Hallucination-related hurdles at ExpertGuru:

Only a small bit of description meets user query needs; the rest of the data is irrelevant to serve queries, but the response is very convincing.

General testing solutions:

Testing that the bot sticks to the data and does not form malicious data over loosely related data. Thus, it should be validated to ensure that the response is totally in sync with the data and every bit and piece should be factual.
Test case for within scope but unavailable data. The below example depicts how to verify.

Ex.
Scope: Snacks store
Available data is around various kinds of Chinese snacking items and customized toppings available. Toppings include vegetables, sauce type, etc.
Query: Suggest to me something healthy from your store.
Response: The response is only around vegetables and very overpromising for healthy eating like “As you are looking for something healthy, we provide you with a range of various vegetables as toppings which can help you add nutrition to your diet even while snacking. What’s your mood for today? Here is the menu....”
Note: Title/Descriptions about available items never mentioned about healthy eating/snacking.

Insights:

The tester should consider low-priority data or associated data and make general query test cases over these data. Like in the above, vegetables within the toppings section are not part of the main menu data, i.e., various types and names of Chinese cuisines.

3. What if data is available but there are differences in some of the data categories?

In this instance, the challenge arose as data underwent edits to align with user queries.

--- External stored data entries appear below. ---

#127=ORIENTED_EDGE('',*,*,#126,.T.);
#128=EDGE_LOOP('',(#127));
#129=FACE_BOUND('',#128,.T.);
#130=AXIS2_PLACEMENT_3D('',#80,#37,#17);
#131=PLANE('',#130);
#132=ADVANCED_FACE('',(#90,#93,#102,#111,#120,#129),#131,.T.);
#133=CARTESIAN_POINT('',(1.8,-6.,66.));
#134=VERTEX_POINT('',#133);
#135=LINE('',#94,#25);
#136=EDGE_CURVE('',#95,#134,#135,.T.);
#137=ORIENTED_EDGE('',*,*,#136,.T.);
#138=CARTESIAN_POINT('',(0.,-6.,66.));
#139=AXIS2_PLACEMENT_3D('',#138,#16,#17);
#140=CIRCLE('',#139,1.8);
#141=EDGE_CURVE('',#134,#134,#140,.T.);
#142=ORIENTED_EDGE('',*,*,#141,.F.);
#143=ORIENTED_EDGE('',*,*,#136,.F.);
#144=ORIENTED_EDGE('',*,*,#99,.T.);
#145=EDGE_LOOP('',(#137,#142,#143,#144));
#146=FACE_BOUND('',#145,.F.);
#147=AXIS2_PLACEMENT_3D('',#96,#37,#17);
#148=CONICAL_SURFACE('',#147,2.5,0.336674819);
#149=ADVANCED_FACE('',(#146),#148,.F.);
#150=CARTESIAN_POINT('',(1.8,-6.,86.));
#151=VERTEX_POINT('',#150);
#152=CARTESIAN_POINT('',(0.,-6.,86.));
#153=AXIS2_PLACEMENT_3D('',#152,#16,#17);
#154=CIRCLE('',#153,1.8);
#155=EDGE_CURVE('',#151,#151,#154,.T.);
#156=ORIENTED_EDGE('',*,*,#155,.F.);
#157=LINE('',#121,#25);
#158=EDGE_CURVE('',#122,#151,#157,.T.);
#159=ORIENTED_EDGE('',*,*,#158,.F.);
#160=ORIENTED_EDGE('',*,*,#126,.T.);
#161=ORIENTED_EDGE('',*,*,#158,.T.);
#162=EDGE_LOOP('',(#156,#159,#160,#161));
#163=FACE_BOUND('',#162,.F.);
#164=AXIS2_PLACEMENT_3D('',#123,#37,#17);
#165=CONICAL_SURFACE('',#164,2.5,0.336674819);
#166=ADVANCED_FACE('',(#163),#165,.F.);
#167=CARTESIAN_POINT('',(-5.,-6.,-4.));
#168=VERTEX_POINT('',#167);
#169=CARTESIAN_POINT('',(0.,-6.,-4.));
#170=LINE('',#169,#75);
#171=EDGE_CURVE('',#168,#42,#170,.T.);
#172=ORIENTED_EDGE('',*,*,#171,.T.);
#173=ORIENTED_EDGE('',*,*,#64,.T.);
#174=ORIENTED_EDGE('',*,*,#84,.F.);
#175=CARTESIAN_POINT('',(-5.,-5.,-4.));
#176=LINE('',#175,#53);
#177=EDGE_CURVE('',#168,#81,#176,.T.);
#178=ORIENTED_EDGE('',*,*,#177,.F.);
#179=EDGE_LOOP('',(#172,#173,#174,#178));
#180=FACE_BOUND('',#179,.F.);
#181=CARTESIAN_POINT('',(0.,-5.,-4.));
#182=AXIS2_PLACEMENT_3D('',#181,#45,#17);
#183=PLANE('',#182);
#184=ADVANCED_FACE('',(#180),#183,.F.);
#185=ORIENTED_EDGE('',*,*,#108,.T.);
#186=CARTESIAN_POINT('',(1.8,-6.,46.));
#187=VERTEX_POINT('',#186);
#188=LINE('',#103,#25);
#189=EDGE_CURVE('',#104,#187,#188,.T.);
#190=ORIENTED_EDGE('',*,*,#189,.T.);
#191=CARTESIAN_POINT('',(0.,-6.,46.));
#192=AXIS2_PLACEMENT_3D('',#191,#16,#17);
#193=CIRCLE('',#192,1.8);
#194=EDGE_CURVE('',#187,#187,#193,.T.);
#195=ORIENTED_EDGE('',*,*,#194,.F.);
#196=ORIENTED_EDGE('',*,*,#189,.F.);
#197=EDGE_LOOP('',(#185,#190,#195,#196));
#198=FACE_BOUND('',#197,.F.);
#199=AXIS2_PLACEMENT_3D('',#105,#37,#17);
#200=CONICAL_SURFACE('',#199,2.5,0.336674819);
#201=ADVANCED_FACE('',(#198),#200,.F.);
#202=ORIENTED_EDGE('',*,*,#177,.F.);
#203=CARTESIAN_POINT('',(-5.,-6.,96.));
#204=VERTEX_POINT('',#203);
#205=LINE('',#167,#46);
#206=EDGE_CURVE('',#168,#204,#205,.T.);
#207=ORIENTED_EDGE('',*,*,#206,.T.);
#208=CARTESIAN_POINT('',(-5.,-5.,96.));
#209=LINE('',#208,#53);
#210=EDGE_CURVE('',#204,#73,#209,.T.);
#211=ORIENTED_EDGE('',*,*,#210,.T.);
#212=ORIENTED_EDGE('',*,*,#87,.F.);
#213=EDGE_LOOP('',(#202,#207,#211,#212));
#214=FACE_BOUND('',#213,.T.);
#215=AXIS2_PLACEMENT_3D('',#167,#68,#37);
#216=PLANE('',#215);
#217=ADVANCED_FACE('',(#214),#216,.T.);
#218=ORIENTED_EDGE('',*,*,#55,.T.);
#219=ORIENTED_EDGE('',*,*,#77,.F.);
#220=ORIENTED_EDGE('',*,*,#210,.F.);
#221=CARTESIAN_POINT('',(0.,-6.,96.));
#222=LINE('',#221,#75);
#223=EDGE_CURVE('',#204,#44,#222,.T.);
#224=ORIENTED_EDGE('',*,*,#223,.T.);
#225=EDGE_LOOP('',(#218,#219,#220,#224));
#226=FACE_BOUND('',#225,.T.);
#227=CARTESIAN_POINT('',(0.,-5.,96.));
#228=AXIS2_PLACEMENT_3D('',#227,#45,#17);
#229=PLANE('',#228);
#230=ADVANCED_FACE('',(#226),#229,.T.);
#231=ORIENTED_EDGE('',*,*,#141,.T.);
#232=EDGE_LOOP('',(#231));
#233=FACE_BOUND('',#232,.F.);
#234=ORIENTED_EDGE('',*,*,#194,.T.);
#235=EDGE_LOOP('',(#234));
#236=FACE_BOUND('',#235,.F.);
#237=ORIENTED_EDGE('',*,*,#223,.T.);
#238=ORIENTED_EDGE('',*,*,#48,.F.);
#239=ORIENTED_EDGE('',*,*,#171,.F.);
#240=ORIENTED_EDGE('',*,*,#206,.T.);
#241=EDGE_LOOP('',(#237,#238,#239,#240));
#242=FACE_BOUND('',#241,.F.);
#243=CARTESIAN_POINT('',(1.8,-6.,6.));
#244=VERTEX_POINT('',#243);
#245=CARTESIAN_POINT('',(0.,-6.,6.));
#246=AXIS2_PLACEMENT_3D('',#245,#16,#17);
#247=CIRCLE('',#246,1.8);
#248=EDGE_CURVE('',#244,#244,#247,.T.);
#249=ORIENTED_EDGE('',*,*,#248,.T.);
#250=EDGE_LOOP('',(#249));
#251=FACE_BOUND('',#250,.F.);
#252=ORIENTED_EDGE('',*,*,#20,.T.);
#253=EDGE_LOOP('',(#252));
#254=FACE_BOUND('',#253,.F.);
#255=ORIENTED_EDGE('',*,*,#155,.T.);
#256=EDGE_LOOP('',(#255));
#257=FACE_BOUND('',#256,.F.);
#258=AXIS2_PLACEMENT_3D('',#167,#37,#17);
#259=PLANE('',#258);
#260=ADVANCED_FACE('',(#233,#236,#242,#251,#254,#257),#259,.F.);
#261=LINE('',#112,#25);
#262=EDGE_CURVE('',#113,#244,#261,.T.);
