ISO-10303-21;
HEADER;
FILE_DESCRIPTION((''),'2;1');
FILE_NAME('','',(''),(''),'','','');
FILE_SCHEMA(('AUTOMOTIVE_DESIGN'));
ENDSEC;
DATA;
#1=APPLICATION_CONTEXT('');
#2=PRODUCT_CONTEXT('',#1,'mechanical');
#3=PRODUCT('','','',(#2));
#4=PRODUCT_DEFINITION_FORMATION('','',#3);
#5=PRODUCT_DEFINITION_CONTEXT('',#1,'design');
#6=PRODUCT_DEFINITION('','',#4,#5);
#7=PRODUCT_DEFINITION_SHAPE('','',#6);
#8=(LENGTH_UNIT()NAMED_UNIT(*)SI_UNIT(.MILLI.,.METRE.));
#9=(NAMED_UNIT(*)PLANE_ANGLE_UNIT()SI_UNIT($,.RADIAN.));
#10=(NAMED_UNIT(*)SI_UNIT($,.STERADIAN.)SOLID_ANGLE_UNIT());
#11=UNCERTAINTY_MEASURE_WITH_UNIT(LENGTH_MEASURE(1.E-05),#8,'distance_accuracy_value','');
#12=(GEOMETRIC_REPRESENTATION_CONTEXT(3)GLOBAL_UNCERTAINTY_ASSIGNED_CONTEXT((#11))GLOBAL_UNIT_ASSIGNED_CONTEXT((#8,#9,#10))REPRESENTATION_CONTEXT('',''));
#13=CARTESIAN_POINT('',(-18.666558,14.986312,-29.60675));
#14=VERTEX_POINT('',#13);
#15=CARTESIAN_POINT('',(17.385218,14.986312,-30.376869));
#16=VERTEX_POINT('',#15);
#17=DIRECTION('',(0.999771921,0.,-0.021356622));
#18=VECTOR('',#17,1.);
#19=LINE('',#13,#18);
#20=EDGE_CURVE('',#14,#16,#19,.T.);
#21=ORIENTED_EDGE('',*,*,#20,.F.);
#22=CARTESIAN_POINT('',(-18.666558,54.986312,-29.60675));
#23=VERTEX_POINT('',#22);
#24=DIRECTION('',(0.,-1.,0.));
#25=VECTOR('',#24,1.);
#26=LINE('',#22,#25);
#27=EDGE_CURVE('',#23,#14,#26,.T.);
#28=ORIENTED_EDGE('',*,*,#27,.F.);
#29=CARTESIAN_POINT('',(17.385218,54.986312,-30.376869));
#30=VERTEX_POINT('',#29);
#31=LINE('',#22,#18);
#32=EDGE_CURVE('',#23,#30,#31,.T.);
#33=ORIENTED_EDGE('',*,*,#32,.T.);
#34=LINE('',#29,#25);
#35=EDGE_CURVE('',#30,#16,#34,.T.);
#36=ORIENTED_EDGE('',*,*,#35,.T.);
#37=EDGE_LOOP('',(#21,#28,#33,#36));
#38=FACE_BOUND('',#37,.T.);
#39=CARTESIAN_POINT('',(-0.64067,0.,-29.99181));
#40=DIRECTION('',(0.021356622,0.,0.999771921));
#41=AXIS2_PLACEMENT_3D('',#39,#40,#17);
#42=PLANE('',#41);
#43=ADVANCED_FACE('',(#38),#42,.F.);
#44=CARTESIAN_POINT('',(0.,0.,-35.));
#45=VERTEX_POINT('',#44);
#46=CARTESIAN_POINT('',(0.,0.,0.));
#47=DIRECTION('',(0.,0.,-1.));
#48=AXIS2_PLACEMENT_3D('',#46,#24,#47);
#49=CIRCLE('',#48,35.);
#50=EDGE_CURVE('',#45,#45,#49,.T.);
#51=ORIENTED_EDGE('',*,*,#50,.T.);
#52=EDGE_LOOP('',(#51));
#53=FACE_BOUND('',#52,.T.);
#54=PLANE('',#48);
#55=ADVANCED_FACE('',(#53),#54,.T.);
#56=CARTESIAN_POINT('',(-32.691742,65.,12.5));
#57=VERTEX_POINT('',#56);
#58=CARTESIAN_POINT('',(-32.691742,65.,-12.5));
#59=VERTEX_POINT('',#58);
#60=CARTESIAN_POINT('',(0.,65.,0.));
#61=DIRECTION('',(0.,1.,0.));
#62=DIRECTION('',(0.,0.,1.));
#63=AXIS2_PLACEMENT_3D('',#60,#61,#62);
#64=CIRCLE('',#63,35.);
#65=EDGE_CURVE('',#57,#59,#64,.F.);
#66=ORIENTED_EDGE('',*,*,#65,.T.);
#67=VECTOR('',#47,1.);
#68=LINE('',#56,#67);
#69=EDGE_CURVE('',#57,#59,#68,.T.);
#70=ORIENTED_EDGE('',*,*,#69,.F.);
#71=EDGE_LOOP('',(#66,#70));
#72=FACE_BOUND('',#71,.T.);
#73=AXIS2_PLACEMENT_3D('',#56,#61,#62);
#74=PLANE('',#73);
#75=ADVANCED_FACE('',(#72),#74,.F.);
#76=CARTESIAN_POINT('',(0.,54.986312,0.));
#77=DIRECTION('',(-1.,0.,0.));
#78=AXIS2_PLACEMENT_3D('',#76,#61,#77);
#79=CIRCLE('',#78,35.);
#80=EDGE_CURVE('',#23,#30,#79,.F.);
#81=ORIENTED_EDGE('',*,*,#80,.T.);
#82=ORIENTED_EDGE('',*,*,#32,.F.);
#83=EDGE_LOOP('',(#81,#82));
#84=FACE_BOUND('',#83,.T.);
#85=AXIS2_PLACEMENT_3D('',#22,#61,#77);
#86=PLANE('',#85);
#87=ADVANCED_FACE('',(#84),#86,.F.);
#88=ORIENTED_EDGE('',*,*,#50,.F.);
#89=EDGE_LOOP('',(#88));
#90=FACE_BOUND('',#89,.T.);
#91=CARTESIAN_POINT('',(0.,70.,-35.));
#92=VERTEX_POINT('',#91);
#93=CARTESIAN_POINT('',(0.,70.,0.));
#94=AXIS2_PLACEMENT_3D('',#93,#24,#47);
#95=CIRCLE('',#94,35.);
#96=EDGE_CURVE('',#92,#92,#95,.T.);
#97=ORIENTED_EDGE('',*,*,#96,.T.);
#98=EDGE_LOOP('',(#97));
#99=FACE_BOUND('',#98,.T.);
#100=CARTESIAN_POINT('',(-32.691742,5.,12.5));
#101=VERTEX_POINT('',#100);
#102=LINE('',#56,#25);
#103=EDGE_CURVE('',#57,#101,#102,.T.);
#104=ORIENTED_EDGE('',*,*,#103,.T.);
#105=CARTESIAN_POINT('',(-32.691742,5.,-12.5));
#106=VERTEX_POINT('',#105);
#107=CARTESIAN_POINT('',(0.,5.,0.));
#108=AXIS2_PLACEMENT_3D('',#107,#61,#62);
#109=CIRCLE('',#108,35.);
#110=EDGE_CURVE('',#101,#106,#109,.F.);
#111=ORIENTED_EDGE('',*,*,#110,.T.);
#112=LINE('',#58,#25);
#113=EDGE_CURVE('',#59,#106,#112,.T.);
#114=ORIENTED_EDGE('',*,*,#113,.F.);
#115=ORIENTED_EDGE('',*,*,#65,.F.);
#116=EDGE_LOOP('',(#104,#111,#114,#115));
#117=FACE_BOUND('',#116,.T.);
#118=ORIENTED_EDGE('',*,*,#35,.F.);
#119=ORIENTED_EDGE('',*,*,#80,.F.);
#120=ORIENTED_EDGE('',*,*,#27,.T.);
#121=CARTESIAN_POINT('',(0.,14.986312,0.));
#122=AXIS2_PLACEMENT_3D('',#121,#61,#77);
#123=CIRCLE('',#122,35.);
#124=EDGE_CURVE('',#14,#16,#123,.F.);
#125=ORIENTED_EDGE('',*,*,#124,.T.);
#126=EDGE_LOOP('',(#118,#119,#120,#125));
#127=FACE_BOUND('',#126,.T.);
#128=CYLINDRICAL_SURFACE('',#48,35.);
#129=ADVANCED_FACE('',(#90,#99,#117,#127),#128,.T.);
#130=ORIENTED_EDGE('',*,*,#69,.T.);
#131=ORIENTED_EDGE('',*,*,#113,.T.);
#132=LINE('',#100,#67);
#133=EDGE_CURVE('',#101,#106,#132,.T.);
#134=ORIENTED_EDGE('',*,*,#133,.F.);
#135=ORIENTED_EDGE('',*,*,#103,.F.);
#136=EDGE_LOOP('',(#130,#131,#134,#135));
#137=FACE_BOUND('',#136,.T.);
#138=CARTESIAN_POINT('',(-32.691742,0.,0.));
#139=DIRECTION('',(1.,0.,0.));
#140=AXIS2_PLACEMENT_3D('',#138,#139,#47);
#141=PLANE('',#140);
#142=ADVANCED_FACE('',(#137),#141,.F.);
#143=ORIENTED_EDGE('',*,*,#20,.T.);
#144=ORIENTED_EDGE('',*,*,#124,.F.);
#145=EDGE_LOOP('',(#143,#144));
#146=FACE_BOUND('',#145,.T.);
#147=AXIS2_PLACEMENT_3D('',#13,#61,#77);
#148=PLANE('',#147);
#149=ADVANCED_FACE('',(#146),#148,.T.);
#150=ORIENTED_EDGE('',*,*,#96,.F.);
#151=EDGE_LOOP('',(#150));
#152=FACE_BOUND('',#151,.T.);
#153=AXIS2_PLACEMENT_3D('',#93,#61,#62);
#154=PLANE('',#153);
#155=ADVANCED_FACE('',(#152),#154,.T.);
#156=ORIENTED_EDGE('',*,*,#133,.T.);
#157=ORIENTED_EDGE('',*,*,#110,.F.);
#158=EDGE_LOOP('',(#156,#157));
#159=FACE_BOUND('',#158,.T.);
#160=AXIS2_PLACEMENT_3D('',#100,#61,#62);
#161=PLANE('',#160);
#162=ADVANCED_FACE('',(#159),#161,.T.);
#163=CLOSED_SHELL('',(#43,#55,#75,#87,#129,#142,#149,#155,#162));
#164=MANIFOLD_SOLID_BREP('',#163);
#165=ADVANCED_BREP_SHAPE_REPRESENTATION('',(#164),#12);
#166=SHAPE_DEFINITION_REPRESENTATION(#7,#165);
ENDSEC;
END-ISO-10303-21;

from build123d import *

# Parameters (mm, degrees)
SKETCH1_W           = 35
SKETCH1_H           = 70
CUT_EXTRUDE17_DEPTH = 2.5
CUT_EXTRUDE25_DEPTH = 116


with BuildPart() as part:
    # Sketch1 → Revolve1 (revolve)
    with BuildSketch(Plane.XY, mode=Mode.PRIVATE) as revolve1_sk:
        with Locations((17.5, 35)):
            Rectangle(SKETCH1_W, SKETCH1_H)
    revolve(revolve1_sk.sketch.rotate(Axis((0, 0, 0), (0, 1, 0)), 90), axis=Axis((0, 0, 0), (0, 1, 0)))

    # 3DSketch2 → Cut-Extrude17 (cut)
    with BuildSketch(Plane(origin=(-32.691742077, 65, 12.5), x_dir=(0, -0.923076923076923, -0.38461538461538475), z_dir=(1, 0, 0))):
        Polygon((0, 0), (9.615384615, 23.076923077), (65, 0), (55.384615385, -23.076923077), align=None)
    extrude(amount=-CUT_EXTRUDE17_DEPTH, mode=Mode.SUBTRACT)

    # 3DSketch3 → Cut-Extrude25 (cut, along a direction that is not the sketch's normal)
    with BuildSketch(Plane(origin=(-18.666557597, 54.986311826, -29.606749695), x_dir=(0.6694273156469549, -0.7427399140993083, -0.014299967463753989), z_dir=(0.021356621715658074, -1.1658435530169433e-15, 0.9997719213445107))):
        Polygon((0, 0), (24.145055974, 26.783201302), (53.854652538, 0), (29.709596564, -26.783201302), align=None)
    extrude(amount=-CUT_EXTRUDE25_DEPTH, dir=(0, 0, 1), mode=Mode.SUBTRACT)


solid = part.part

Unlike the previous scenario, a greater alignment with the queries was achieved, with only a minor section found to be disconnected. This disconnected portion was seamlessly replaced to meet the query requirements.

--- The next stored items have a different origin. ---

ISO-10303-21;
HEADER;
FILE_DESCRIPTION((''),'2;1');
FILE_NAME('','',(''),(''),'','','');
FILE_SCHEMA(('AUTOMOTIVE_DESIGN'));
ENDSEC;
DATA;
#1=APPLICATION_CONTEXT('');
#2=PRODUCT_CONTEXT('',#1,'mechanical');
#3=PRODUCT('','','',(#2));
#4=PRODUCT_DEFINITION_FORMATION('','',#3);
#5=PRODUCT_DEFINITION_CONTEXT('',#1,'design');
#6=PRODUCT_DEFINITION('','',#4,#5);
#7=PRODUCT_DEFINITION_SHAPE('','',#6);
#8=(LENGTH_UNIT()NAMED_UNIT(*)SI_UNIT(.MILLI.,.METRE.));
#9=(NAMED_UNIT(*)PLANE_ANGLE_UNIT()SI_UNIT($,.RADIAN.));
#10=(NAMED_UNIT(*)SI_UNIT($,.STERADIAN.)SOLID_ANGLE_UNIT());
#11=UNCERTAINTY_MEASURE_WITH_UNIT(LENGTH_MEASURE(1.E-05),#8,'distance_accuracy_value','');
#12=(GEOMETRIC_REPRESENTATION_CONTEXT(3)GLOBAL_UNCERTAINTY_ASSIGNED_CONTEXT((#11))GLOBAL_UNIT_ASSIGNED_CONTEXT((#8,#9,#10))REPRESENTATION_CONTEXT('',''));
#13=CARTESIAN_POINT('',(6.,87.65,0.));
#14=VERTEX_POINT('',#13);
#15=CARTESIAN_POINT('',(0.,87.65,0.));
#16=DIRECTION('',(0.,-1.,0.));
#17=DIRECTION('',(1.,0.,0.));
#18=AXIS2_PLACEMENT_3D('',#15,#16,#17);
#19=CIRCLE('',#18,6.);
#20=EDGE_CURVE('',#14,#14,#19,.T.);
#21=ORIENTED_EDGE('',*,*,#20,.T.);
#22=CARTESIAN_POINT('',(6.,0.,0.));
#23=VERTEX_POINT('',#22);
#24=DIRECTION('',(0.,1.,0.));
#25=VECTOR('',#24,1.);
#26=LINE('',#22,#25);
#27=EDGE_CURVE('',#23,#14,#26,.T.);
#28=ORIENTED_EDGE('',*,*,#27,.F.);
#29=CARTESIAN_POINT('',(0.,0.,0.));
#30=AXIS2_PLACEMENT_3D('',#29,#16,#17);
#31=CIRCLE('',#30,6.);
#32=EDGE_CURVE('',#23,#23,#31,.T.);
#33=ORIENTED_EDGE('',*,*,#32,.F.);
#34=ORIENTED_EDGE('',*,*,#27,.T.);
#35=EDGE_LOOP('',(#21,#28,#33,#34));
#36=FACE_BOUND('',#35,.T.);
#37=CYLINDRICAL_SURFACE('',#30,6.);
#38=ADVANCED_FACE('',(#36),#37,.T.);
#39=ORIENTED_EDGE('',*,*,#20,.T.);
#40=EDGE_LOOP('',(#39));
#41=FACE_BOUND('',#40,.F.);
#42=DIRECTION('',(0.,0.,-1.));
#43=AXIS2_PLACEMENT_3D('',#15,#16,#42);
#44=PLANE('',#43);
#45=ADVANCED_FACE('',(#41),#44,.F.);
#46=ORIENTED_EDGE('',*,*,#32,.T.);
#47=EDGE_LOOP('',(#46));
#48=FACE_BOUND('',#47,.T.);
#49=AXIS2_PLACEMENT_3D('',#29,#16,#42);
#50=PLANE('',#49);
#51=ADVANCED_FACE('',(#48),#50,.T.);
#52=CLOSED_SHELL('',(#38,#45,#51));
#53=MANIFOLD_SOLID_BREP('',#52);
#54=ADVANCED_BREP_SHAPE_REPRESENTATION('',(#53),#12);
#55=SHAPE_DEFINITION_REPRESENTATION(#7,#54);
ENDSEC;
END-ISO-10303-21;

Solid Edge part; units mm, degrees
sketch "Sketch1" plane through (0, 0, 0) normal (0, -1, 0) x (1, 0, 0)
  circle A0 centre (0, 0) radius 6
  dimension "D1" = 12
extrude "Protrusion1" add sketch "Sketch1" against normal blind 87.65
properties material "Steel"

Hallucination-related hurdles at ExpertGuru:

For product recommendation queries, our product title was edited. Only a word or two were replaced not all.

General testing solutions:

Test cases where around 80-90% of queries matched available data while the rest was disconnected from the data.

Ex.
Scope: Electronics
Data: Only laptops available
Query: "Show me some available desktop computers with a fast processor and long battery life for gaming."
Response: "Here are some desktop computers with a fast processor and long battery life suitable for gaming as well." + the product title of laptop computer was edited by the desktop computer for response + product images are of the laptop.
Note : In the above example, the text response aligned appropriately with the given query, but editing at the data level was conducted to generate a response that lacked accuracy. Furthermore, since product images are sourced from the database, they reflect the actual data. Consequently, there is a discrepancy between the text response and the displayed products.

Insights:

The tester should scrutinize the intricacies of the data, creating test cases that focus on data details, especially in queries that emphasize numerous data particulars. Subsequently, one should skillfully tweak a word or two for comprehensive testing which makes a data unavailable case.

Conclusion

The tester should have a know-how of the data injected into the application. The general steps to help in creating test cases involve:

Prompt reading: Prompts are rules which influence the content of ChatGPT replies. The quality and specificity of the prompt can significantly impact the generated output. Also, hallucinations can be handled via prompts only, so it is the responsibility of the tester to consistently update the prompt engineer with any encountered issues.
Business/Application data knowledge: The tester should have a deep knowledge of application data and its variety, types, related data, related but unavailable content, etc. So, here, the responsibilities of the tester involve deep data examination and then test case creation.
Testing thoroughly could be a game changer: The verification and validation of responses are highly important as this application deals with large data handling.